* _Problem description_
Within the entries below, find each line containing the word "from" and copy it.

(Stored data)
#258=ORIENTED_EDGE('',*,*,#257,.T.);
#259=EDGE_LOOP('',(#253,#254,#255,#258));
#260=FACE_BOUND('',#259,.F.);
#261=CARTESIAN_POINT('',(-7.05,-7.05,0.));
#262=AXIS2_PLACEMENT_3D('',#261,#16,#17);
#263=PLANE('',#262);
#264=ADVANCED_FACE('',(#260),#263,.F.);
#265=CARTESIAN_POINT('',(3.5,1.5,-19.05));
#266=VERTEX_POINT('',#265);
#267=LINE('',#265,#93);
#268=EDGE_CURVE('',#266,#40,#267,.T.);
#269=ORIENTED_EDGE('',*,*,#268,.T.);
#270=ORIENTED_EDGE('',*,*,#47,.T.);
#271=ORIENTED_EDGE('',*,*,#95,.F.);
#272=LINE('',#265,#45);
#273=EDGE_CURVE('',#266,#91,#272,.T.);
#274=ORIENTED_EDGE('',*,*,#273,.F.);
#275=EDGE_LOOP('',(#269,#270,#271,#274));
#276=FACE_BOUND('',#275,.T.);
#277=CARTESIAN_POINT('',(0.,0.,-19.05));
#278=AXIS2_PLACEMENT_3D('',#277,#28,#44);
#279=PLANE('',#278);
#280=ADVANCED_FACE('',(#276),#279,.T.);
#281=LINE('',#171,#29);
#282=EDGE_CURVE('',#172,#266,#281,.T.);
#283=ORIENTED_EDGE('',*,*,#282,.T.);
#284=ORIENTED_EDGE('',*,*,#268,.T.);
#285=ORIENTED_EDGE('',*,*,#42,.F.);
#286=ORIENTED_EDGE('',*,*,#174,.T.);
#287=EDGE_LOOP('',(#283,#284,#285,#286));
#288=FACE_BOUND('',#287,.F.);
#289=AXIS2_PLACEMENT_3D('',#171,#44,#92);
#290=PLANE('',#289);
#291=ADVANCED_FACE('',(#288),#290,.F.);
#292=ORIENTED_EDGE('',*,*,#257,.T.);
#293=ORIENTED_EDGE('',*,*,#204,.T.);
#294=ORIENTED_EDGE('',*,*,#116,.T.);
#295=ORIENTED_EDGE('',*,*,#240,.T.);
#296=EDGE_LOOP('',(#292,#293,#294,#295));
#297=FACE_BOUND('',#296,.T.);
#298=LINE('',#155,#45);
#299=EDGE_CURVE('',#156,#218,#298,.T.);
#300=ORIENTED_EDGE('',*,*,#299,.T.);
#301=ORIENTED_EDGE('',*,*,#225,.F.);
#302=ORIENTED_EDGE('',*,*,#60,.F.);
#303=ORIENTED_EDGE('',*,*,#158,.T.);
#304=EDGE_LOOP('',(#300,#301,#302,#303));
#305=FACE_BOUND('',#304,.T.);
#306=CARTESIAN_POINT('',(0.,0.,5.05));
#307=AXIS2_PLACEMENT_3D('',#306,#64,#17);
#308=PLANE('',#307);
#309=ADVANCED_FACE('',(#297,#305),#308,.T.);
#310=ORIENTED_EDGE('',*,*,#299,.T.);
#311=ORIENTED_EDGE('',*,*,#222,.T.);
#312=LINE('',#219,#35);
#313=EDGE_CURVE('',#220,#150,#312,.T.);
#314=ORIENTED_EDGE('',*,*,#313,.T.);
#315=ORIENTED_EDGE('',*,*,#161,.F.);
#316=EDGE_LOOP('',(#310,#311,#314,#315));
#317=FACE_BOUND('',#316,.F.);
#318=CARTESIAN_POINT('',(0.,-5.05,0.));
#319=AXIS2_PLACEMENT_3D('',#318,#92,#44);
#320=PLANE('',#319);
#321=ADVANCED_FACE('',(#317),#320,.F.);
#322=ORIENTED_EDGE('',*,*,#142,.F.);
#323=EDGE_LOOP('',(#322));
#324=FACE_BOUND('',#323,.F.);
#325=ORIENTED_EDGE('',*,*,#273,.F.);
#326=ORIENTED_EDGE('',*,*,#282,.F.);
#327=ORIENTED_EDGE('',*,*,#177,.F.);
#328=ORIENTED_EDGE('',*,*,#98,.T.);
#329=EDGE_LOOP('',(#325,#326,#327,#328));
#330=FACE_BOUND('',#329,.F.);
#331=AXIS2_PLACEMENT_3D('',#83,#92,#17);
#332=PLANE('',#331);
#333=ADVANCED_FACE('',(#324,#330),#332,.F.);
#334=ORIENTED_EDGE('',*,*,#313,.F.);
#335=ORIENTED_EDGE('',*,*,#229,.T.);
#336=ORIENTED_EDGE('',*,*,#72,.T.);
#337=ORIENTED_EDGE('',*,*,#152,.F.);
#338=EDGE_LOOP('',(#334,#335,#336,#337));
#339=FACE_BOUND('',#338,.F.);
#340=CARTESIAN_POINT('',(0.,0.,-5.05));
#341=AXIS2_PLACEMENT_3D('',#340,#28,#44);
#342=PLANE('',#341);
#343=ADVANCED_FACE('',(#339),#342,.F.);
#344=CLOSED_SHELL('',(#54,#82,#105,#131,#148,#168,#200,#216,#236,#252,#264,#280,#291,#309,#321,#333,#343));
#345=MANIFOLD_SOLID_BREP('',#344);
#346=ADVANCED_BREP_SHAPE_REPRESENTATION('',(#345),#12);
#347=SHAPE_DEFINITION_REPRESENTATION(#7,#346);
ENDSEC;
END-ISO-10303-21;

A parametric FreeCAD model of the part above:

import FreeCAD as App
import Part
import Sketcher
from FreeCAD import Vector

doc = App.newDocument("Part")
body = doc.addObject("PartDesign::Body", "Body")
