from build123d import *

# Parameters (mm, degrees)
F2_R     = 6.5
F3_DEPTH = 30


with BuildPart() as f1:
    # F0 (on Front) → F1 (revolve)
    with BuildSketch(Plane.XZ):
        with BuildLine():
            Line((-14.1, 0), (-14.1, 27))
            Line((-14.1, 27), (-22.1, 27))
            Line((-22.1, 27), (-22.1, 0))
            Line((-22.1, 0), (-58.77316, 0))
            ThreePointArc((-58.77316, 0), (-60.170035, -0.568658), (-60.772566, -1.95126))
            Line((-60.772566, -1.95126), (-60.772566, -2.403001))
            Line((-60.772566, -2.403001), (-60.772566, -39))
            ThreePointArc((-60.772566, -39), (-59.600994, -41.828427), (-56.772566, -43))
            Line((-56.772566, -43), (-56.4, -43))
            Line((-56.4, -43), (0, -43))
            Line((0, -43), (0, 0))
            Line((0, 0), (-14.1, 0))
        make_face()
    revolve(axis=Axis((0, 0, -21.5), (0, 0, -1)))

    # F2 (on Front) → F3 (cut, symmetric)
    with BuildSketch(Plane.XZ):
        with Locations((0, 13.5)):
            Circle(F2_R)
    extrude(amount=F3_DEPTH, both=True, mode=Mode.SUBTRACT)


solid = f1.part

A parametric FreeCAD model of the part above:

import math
import FreeCAD as App
import Part
import Sketcher

V = App.Vector
Q = App.Units.Quantity

doc = App.newDocument("Part")
body = doc.addObject("PartDesign::Body", "Body")

# Sketch on XZ plane
sketch1 = body.newObject("Sketcher::SketchObject", "Sketch")
sketch1.AttachmentSupport = (doc.getObject("XZ_Plane"), [""])
sketch1.MapMode = "FlatFace"
sketch1.addGeometry(Part.LineSegment(V(-14.1, 0, 0), V(-14.1, 27, 0)), False)
sketch1.addGeometry(Part.LineSegment(V(-14.1, 27, 0), V(-22.1, 27, 0)), False)
sketch1.addGeometry(Part.LineSegment(V(-22.1, 27, 0), V(-22.1, 0, 0)), False)
sketch1.addGeometry(Part.LineSegment(V(-22.1, 0, 0), V(-58.8, 0, 0)), False)
sketch1.addGeometry(Part.ArcOfCircle(Part.Circle(V(-58.8, -2, 0), V(0, 0, 1), 2), math.radians(90), math.radians(179)), False)
sketch1.addGeometry(Part.LineSegment(V(-60.8, -2, 0), V(-60.8, -39, 0)), False)
sketch1.addGeometry(Part.ArcOfCircle(Part.Circle(V(-56.8, -39, 0), V(0, 0, 1), 4), math.radians(180), math.radians(270)), False)
sketch1.addGeometry(Part.LineSegment(V(-56.8, -43, 0), V(0, -43, 0)), False)
sketch1.addGeometry(Part.LineSegment(V(0, -43, 0), V(0, 0, 0)), False)
sketch1.addGeometry(Part.LineSegment(V(0, 0, 0), V(-14.1, 0, 0)), False)
sketch1.addConstraint(Sketcher.Constraint("Coincident", 0, 2, 1, 1))
sketch1.addConstraint(Sketcher.Constraint("Coincident", 1, 2, 2, 1))
sketch1.addConstraint(Sketcher.Constraint("Coincident", 2, 2, 3, 1))
sketch1.addConstraint(Sketcher.Constraint("Tangent", 3, 2, 4, 1))
sketch1.addConstraint(Sketcher.Constraint("Coincident", 4, 2, 5, 1))
sketch1.addConstraint(Sketcher.Constraint("Tangent", 5, 2, 6, 1))
sketch1.addConstraint(Sketcher.Constraint("Tangent", 6, 2, 7, 1))
sketch1.addConstraint(Sketcher.Constraint("Coincident", 7, 2, 8, 1))
sketch1.addConstraint(Sketcher.Constraint("Coincident", 8, 2, 9, 1))
sketch1.addConstraint(Sketcher.Constraint("Coincident", 9, 2, 0, 1))
sketch1.addConstraint(Sketcher.Constraint("Vertical", 0))
sketch1.addConstraint(Sketcher.Constraint("Horizontal", 1))
sketch1.addConstraint(Sketcher.Constraint("Vertical", 2))
sketch1.addConstraint(Sketcher.Constraint("Horizontal", 3))
sketch1.addConstraint(Sketcher.Constraint("Vertical", 5))
sketch1.addConstraint(Sketcher.Constraint("Horizontal", 7))
sketch1.addConstraint(Sketcher.Constraint("Vertical", 8))
sketch1.addConstraint(Sketcher.Constraint("Horizontal", 9))
sketch1.addConstraint(Sketcher.Constraint("Coincident", 8, 2, -1, 1))
sketch1.addConstraint(Sketcher.Constraint("PointOnObject", 2, 2, -1))
sketch1.addConstraint(Sketcher.Constraint("Radius", 4, Q("2 mm")))
sketch1.addConstraint(Sketcher.Constraint("Radius", 6, Q("3.999999 mm")))
sketch1.addConstraint(Sketcher.Constraint("DistanceX", 1, 2, 1, 1, Q("8 mm")))
sketch1.addConstraint(Sketcher.Constraint("DistanceY", 0, 1, 0, 2, Q("27 mm")))
sketch1.addConstraint(Sketcher.Constraint("DistanceY", 8, 1, 8, 2, Q("43 mm")))
sketch1.addConstraint(Sketcher.Constraint("DistanceX", 9, 2, 9, 1, Q("14.1 mm")))
sketch1.addConstraint(Sketcher.Constraint("DistanceX", 3, 2, 3, 1, Q("36.67316 mm")))
sketch1.addConstraint(Sketcher.Constraint("DistanceY", 5, 2, 5, 1, Q("37.04874 mm")))
revolution = body.newObject("PartDesign::Revolution", "Revolution")
revolution.Profile = sketch1
revolution.ReferenceAxis = (sketch1, ["V_Axis"])
revolution.Angle = 360

# Sketch on XZ plane
sketch2 = body.newObject("Sketcher::SketchObject", "Sketch001")
sketch2.AttachmentSupport = (doc.getObject("XZ_Plane"), [""])
sketch2.MapMode = "FlatFace"
sketch2.addGeometry(Part.Circle(V(0, 14, 0), V(0, 0, 1), 6), False)
sketch2.addConstraint(Sketcher.Constraint("PointOnObject", 0, 3, -2))
sketch2.addConstraint(Sketcher.Constraint("Diameter", 0, Q("13 mm")))
sketch2.addConstraint(Sketcher.Constraint("DistanceY", -1, 1, 0, 3, Q("13.5 mm")))
pocket1 = body.newObject("PartDesign::Pocket", "Pocket")
pocket1.Profile = sketch2
pocket1.Length = 60
pocket1.Midplane = True

doc.recompute()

* _Problem solution_
from FreeCAD import Vector
from build123d import *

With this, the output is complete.